### Problem statement
Transcribe word for word the lines spanning the line with "v3 (3.175,0,1.5875)" through the end of the records.

Start of Data supplied

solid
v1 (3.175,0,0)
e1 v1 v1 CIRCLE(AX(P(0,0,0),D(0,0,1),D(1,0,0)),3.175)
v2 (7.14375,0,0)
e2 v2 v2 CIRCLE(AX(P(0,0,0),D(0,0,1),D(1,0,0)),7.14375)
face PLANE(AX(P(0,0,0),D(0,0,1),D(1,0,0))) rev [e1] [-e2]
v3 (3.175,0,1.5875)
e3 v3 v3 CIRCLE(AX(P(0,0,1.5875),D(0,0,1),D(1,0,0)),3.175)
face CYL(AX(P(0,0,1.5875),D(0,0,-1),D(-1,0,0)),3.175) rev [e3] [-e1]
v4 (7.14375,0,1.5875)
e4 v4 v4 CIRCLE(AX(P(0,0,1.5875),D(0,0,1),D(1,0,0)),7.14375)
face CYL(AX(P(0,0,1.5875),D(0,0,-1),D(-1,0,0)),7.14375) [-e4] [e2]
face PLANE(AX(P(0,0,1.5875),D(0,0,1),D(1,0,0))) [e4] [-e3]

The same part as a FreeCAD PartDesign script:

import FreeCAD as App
import Part
import Sketcher
from FreeCAD import Vector
Q = App.Units.Quantity

doc = App.newDocument("Part")
body = doc.addObject("PartDesign::Body", "Body")

sketch1 = body.newObject("Sketcher::SketchObject", "Sketch")
sketch1.AttachmentSupport = (doc.getObject("XY_Plane"), [""])
sketch1.MapMode = "FlatFace"
sketch1.addGeometry([
    Part.Circle(Vector(0, 0, 0), Vector(0, 0, 1), 7.1),
    Part.Circle(Vector(0, 0, 0), Vector(0, 0, 1), 3.2),
], False)
sketch1.addConstraint([
    Sketcher.Constraint("Coincident", 0, 3, -1, 1),
    Sketcher.Constraint("Coincident", 1, 3, -1, 1),
    Sketcher.Constraint("Diameter", 1, Q("0.25 in")),
    Sketcher.Constraint("Diameter", 0, Q("0.5625 in")),
])
pad1 = body.newObject("PartDesign::Pad", "Pad")
pad1.Profile = sketch1
pad1.Length = Q("0.0625 in")

doc.recompute()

End of Data supplied

### Written solution
v3 (3.175,0,1.5875)
e3 v3 v3 CIRCLE(AX(P(0,0,1.5875),D(0,0,1),D(1,0,0)),3.175)
face CYL(AX(P(0,0,1.5875),D(0,0,-1),D(-1,0,0)),3.175) rev [e3] [-e1]
v4 (7.14375,0,1.5875)
e4 v4 v4 CIRCLE(AX(P(0,0,1.5875),D(0,0,1),D(1,0,0)),7.14375)
face CYL(AX(P(0,0,1.5875),D(0,0,-1),D(-1,0,0)),7.14375) [-e4] [e2]
face PLANE(AX(P(0,0,1.5875),D(0,0,1),D(1,0,0))) [e4] [-e3]

The same part as a FreeCAD PartDesign script:

import FreeCAD as App
import Part
import Sketcher
from FreeCAD import Vector
Q = App.Units.Quantity

doc = App.newDocument("Part")
body = doc.addObject("PartDesign::Body", "Body")

sketch1 = body.newObject("Sketcher::SketchObject", "Sketch")
sketch1.AttachmentSupport = (doc.getObject("XY_Plane"), [""])
sketch1.MapMode = "FlatFace"
sketch1.addGeometry([
    Part.Circle(Vector(0, 0, 0), Vector(0, 0, 1), 7.1),
    Part.Circle(Vector(0, 0, 0), Vector(0, 0, 1), 3.2),
], False)
sketch1.addConstraint([
    Sketcher.Constraint("Coincident", 0, 3, -1, 1),
    Sketcher.Constraint("Coincident", 1, 3, -1, 1),
    Sketcher.Constraint("Diameter", 1, Q("0.25 in")),
    Sketcher.Constraint("Diameter", 0, Q("0.5625 in")),
])
pad1 = body.newObject("PartDesign::Pad", "Pad")
pad1.Profile = sketch1
pad1.Length = Q("0.0625 in")

doc.recompute()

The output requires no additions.